• _Exercise aim_
Could you set down exactly the lines in the records below between the line holding "e5 v5 v6 LINE" and the line holding "e12 v10 v12 LINE", inclusive?

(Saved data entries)
+ + + + + + +

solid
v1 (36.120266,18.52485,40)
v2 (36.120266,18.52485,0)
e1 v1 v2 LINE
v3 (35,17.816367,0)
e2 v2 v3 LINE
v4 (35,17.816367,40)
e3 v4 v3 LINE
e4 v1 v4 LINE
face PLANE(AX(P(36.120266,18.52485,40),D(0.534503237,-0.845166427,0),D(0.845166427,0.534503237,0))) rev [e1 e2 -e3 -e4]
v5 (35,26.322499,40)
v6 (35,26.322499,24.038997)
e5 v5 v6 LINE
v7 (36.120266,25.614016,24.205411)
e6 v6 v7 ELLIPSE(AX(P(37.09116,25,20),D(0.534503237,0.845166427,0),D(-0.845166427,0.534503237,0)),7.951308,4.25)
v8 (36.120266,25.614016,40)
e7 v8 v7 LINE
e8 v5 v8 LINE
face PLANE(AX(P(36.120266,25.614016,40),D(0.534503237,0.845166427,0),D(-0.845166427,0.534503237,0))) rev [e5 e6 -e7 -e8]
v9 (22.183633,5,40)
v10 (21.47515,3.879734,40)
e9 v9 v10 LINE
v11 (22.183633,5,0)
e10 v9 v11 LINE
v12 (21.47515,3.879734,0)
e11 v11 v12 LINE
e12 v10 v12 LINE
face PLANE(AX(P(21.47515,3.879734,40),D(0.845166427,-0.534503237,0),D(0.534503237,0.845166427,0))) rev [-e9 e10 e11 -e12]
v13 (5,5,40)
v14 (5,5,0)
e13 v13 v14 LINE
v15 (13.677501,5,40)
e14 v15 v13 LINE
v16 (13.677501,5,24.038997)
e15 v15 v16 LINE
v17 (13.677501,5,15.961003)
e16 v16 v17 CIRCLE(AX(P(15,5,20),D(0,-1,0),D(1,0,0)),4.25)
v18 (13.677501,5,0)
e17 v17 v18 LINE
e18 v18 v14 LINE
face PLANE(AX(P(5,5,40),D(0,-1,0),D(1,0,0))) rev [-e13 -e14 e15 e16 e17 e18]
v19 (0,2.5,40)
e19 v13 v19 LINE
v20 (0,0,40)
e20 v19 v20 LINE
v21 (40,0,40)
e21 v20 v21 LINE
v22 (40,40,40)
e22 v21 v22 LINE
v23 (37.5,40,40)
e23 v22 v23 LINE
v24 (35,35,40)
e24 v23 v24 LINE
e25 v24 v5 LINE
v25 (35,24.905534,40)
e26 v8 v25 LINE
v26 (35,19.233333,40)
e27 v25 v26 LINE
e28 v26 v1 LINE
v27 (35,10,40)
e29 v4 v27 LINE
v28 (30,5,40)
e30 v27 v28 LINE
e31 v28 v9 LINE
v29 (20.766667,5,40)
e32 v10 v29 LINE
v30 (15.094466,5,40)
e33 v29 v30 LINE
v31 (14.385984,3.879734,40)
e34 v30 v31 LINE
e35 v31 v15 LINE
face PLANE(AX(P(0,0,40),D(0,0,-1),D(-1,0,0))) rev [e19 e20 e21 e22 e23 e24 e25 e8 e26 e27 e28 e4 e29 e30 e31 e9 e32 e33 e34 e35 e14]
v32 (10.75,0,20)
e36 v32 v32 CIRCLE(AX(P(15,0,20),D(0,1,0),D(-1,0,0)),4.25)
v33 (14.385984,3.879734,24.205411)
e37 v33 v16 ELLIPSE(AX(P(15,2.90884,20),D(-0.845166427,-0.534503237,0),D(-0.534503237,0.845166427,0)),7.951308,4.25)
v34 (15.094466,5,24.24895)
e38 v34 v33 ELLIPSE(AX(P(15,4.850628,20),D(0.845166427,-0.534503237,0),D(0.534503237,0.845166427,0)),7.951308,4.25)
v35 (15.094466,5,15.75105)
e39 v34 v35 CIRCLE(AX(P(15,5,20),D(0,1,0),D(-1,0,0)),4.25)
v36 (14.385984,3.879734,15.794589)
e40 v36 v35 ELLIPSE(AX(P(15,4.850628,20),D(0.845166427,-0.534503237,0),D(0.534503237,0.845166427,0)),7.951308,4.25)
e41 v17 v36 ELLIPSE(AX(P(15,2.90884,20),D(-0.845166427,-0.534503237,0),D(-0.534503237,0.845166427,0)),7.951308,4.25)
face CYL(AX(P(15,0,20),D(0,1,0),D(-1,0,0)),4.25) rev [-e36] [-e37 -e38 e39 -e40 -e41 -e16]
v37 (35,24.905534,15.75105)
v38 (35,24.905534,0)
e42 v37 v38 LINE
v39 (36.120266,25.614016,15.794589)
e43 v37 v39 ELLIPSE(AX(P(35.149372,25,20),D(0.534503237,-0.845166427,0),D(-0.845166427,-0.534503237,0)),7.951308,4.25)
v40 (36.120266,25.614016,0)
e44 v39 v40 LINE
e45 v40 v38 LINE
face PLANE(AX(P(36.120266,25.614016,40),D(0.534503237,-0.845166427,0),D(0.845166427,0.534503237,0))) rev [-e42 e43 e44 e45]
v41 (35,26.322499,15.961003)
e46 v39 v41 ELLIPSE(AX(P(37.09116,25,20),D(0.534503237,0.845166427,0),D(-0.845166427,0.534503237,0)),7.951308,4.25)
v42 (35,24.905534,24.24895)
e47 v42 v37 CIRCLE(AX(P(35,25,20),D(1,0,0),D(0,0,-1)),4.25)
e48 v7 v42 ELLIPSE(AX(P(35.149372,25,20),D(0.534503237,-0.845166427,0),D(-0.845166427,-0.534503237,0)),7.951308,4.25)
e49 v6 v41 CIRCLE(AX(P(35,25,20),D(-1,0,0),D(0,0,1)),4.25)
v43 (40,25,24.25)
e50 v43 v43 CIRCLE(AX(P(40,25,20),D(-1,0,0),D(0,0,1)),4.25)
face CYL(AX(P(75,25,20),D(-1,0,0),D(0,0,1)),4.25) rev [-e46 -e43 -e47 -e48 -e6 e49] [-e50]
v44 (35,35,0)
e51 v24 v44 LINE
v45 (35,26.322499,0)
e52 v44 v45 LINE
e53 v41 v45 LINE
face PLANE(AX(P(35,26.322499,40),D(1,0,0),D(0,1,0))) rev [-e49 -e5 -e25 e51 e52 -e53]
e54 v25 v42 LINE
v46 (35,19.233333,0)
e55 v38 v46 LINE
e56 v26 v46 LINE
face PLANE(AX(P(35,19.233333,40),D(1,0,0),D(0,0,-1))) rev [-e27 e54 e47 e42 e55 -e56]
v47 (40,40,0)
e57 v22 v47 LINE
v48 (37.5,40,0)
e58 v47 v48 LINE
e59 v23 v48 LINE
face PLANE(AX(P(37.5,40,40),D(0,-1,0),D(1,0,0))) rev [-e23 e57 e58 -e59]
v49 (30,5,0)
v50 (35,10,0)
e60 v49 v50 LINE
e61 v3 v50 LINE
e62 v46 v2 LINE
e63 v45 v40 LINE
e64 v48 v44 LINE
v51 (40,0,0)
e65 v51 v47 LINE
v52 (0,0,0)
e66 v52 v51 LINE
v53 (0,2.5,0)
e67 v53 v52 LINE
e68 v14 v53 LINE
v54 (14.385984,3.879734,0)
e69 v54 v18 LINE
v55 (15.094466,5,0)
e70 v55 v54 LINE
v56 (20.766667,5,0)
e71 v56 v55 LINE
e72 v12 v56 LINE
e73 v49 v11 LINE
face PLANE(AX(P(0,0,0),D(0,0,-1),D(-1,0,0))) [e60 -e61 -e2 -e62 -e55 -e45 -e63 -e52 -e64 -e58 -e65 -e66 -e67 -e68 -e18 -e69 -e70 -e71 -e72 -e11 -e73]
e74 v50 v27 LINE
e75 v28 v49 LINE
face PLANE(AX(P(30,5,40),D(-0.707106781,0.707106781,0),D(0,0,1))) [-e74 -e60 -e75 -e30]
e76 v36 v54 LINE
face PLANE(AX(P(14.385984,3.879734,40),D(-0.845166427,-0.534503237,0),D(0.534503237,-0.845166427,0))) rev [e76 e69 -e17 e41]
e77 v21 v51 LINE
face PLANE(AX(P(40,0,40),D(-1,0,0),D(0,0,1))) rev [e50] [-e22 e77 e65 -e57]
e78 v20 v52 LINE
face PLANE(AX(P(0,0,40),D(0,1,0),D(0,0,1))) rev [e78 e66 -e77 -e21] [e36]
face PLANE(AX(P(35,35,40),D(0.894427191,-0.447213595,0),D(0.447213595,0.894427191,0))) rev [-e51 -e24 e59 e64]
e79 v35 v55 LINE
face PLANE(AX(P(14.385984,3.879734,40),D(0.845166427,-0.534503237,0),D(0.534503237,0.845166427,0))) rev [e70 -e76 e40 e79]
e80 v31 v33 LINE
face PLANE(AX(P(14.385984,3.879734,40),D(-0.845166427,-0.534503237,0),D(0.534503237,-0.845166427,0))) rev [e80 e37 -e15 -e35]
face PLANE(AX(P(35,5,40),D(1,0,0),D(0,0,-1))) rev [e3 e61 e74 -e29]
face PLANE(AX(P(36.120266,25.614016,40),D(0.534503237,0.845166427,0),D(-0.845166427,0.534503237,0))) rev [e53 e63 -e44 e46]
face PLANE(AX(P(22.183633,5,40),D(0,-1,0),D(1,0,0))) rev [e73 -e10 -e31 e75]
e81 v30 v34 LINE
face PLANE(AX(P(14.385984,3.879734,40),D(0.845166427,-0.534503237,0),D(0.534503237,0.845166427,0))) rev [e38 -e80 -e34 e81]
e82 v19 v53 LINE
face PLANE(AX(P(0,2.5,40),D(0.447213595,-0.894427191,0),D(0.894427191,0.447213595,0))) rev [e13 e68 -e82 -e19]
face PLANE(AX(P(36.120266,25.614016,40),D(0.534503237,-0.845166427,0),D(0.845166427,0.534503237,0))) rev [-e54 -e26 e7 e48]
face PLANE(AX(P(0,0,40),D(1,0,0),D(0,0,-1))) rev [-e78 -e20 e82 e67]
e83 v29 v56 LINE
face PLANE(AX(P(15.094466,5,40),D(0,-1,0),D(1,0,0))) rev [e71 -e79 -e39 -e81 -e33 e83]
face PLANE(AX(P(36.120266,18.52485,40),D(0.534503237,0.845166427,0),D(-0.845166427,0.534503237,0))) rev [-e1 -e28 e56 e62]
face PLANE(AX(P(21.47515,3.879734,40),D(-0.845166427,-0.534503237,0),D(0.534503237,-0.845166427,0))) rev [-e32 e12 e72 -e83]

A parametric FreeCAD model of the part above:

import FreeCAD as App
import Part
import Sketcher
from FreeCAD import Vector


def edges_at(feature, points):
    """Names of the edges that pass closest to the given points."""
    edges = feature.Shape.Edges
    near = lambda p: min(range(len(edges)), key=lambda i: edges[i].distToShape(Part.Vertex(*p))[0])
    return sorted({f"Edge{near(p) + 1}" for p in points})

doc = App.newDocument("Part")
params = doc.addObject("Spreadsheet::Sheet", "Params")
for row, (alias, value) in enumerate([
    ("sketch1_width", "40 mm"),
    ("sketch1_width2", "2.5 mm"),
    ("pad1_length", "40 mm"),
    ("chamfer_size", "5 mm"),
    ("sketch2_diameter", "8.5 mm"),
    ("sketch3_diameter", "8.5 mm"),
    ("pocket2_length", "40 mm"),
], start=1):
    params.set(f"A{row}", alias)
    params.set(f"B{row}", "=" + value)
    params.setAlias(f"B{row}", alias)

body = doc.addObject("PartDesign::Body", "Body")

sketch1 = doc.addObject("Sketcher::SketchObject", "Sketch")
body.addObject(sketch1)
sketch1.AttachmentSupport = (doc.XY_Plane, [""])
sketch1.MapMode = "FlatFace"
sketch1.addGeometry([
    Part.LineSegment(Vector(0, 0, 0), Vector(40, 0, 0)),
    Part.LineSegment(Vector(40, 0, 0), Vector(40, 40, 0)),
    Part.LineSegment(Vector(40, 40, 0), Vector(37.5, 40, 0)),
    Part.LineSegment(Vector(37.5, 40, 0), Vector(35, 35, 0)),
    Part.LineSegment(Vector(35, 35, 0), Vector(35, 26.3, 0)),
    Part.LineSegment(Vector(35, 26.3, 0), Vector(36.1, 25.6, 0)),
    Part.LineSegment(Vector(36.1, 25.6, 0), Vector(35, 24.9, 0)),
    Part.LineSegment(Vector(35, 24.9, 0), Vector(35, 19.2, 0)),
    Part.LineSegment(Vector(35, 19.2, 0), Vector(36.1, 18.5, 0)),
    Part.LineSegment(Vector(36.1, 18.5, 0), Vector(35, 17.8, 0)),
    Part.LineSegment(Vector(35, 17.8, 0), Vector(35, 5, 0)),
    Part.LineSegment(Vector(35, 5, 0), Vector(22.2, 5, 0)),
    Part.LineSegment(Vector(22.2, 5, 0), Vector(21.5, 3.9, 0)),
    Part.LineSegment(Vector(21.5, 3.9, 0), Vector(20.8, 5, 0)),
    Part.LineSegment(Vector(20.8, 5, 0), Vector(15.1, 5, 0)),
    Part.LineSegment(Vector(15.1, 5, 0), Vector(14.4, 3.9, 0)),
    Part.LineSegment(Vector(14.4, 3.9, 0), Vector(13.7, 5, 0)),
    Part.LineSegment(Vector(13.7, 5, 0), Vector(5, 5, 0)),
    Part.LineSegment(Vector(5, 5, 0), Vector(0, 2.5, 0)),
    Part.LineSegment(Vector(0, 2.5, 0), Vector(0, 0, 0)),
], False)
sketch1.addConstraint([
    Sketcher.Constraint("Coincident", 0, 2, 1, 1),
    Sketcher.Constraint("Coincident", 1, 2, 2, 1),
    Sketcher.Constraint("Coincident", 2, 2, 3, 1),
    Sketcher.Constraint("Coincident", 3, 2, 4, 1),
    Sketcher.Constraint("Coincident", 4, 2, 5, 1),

+ + + + + + +

• _Answer area_
e5 v5 v6 LINE
v7 (36.120266,25.614016,24.205411)
e6 v6 v7 ELLIPSE(AX(P(37.09116,25,20),D(0.534503237,0.845166427,0),D(-0.845166427,0.534503237,0)),7.951308,4.25)
v8 (36.120266,25.614016,40)
e7 v8 v7 LINE
e8 v5 v8 LINE
face PLANE(AX(P(36.120266,25.614016,40),D(0.534503237,0.845166427,0),D(-0.845166427,0.534503237,0))) rev [e5 e6 -e7 -e8]
v9 (22.183633,5,40)
v10 (21.47515,3.879734,40)
e9 v9 v10 LINE
v11 (22.183633,5,0)
e10 v9 v11 LINE
v12 (21.47515,3.879734,0)
e11 v11 v12 LINE
e12 v10 v12 LINE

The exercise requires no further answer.